* _ACTIVITY_: Within the material below, locate the line with "face PLANE(AX(P(0,-25.4,0),D(0,-1,0),D(1,0,0))) [-e9]" and the line with "e21 v15 v12 LINE", then return those two lines and all lines between them, exactly as written.

* _ENTRIES SHOWN_:
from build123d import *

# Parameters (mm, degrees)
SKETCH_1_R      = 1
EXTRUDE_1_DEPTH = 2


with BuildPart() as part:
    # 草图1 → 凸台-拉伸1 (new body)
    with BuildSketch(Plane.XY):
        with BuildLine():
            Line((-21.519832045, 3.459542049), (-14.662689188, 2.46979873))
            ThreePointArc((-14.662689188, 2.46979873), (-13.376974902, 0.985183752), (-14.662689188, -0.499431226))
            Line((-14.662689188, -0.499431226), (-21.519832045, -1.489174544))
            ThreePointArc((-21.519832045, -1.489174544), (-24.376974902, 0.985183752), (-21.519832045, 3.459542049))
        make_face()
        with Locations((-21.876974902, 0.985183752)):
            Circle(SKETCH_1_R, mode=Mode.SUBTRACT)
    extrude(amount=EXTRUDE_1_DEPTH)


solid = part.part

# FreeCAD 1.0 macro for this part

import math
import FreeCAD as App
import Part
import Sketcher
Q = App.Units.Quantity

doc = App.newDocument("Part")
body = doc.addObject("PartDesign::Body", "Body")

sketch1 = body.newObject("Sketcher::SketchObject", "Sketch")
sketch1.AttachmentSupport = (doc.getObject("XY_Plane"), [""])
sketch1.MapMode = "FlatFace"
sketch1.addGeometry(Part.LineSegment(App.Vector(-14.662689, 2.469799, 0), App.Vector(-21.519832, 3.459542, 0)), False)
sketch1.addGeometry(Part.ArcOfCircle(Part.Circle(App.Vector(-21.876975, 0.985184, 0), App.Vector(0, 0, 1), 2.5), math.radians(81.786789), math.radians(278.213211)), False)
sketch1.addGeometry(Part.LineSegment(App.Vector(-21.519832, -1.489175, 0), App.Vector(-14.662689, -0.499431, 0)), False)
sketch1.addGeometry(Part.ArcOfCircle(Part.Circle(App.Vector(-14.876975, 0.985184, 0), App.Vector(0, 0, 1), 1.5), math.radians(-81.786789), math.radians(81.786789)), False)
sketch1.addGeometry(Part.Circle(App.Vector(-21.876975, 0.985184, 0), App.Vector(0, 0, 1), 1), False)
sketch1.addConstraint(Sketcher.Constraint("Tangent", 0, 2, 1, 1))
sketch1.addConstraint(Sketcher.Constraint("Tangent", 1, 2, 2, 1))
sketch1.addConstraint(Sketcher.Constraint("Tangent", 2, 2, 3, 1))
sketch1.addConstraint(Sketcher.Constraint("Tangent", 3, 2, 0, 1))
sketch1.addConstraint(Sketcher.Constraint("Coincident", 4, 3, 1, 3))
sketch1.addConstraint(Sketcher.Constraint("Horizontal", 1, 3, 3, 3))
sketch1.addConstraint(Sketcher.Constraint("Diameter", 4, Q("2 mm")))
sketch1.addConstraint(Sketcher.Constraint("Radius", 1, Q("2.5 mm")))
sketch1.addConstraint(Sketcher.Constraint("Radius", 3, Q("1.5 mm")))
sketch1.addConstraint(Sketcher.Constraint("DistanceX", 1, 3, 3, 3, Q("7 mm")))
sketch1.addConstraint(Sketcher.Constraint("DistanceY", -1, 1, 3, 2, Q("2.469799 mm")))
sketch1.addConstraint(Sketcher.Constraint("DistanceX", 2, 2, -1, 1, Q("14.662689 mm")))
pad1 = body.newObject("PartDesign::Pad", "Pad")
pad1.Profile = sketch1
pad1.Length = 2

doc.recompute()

==

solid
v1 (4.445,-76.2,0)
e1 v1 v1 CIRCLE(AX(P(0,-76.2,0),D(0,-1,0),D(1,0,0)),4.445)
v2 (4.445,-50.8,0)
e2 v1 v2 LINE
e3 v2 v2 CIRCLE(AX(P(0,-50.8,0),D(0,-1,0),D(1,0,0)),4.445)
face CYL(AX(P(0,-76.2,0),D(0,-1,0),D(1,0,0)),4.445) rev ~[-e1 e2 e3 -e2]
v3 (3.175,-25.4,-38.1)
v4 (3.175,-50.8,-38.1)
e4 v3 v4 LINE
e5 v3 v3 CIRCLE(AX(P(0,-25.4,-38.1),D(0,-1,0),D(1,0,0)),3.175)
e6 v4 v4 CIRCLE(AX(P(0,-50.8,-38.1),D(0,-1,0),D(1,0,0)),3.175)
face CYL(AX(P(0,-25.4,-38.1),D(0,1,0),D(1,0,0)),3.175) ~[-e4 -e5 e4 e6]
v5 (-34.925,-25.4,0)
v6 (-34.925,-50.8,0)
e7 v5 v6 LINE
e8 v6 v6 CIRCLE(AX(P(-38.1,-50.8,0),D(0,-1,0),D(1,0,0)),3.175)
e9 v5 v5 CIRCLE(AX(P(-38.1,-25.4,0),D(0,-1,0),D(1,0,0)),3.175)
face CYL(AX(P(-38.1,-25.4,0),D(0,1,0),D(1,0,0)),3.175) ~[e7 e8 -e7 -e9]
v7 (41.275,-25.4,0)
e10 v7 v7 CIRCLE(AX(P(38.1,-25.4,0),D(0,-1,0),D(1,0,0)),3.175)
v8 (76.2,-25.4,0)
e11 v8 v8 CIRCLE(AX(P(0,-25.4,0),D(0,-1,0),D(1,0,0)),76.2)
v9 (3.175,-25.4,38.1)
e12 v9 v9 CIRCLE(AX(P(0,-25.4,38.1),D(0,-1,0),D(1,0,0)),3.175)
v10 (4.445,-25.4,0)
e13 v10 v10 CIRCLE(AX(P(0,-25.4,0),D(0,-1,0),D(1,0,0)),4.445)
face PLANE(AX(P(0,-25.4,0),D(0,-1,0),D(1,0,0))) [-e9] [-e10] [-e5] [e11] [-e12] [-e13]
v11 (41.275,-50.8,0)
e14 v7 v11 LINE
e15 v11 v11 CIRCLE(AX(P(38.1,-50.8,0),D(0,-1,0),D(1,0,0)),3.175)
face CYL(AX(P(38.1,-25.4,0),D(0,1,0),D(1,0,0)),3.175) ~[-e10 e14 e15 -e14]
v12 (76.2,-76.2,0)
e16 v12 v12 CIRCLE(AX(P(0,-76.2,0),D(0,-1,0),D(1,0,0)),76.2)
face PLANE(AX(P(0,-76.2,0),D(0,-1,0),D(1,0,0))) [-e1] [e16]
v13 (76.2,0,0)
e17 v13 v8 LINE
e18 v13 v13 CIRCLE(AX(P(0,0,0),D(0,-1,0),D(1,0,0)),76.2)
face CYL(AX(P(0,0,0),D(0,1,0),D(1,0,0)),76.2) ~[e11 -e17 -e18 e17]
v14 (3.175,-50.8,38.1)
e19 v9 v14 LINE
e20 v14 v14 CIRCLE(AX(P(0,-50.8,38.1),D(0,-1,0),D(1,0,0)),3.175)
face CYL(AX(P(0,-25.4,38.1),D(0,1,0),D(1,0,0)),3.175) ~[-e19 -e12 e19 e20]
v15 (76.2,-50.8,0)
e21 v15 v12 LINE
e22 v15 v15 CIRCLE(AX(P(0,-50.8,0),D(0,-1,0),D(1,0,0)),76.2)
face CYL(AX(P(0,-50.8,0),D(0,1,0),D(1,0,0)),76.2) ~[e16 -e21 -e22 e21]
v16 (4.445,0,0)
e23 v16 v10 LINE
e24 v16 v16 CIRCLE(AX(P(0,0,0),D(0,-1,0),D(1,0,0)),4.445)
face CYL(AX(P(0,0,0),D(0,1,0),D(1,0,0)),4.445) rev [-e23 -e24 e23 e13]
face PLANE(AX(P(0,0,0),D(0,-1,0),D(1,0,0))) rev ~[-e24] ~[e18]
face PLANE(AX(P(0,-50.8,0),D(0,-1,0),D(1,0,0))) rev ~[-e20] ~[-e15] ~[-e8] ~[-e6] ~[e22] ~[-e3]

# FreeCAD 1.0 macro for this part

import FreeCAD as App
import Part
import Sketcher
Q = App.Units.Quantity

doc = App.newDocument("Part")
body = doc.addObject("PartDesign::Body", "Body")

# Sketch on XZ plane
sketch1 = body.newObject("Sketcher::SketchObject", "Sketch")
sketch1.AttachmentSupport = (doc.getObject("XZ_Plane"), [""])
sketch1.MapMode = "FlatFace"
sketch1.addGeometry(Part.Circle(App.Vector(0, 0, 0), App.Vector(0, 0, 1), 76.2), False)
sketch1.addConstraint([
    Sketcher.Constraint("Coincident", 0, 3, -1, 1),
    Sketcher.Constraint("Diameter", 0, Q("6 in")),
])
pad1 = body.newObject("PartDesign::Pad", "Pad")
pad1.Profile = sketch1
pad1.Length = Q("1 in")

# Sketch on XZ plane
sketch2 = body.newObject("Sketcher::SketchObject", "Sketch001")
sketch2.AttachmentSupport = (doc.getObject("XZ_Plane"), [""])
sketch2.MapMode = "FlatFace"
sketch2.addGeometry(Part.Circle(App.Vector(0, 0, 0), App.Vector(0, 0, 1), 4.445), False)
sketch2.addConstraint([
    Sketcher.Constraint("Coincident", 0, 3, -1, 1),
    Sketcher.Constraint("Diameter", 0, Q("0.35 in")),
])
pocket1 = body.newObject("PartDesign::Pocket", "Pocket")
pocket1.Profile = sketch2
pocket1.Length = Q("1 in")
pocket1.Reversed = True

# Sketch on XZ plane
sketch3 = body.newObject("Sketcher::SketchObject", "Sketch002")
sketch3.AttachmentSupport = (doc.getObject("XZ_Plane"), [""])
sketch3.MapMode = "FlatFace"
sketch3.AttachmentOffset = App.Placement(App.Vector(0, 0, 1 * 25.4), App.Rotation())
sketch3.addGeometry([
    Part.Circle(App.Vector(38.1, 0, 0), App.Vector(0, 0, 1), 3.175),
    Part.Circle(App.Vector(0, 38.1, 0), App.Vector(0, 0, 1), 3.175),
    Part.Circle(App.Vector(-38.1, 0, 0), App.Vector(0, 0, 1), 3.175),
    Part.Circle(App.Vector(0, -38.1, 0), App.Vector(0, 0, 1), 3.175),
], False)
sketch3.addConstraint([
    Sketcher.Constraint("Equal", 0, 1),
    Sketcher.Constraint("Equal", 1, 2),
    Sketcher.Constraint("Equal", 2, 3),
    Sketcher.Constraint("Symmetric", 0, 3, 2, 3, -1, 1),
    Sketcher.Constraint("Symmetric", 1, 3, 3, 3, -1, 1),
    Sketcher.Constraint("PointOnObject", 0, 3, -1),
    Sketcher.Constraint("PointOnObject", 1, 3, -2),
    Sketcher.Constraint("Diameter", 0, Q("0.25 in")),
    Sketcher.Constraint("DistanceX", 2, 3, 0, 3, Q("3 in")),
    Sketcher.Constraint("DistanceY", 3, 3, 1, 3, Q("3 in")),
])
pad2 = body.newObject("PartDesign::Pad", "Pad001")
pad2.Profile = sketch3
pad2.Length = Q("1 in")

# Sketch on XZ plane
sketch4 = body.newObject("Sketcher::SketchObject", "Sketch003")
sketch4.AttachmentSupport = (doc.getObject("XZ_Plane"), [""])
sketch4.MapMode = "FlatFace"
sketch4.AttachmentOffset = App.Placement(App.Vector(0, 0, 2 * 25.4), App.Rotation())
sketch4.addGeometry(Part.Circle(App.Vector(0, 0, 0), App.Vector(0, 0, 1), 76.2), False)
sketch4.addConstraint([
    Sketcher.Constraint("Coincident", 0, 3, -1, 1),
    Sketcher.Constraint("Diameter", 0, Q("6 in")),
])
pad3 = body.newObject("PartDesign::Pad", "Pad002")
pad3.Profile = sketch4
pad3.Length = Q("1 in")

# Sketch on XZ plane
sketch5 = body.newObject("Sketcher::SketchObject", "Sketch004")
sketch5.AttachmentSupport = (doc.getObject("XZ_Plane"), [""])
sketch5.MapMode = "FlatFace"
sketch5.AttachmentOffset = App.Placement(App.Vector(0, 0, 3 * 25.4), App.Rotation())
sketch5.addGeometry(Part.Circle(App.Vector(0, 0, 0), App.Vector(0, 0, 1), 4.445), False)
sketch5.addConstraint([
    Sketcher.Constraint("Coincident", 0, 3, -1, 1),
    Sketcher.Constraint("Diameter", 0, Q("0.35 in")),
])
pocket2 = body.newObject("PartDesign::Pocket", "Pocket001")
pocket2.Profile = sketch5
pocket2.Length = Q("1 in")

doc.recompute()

* _TASK OUTPUT_:
face PLANE(AX(P(0,-25.4,0),D(0,-1,0),D(1,0,0))) [-e9] [-e10] [-e5] [e11] [-e12] [-e13]
v11 (41.275,-50.8,0)
e14 v7 v11 LINE
e15 v11 v11 CIRCLE(AX(P(38.1,-50.8,0),D(0,-1,0),D(1,0,0)),3.175)
face CYL(AX(P(38.1,-25.4,0),D(0,1,0),D(1,0,0)),3.175) ~[-e10 e14 e15 -e14]
v12 (76.2,-76.2,0)
e16 v12 v12 CIRCLE(AX(P(0,-76.2,0),D(0,-1,0),D(1,0,0)),76.2)
face PLANE(AX(P(0,-76.2,0),D(0,-1,0),D(1,0,0))) [-e1] [e16]
v13 (76.2,0,0)
e17 v13 v8 LINE
e18 v13 v13 CIRCLE(AX(P(0,0,0),D(0,-1,0),D(1,0,0)),76.2)
face CYL(AX(P(0,0,0),D(0,1,0),D(1,0,0)),76.2) ~[e11 -e17 -e18 e17]
v14 (3.175,-50.8,38.1)
e19 v9 v14 LINE
e20 v14 v14 CIRCLE(AX(P(0,-50.8,38.1),D(0,-1,0),D(1,0,0)),3.175)
face CYL(AX(P(0,-25.4,38.1),D(0,1,0),D(1,0,0)),3.175) ~[-e19 -e12 e19 e20]
v15 (76.2,-50.8,0)
e21 v15 v12 LINE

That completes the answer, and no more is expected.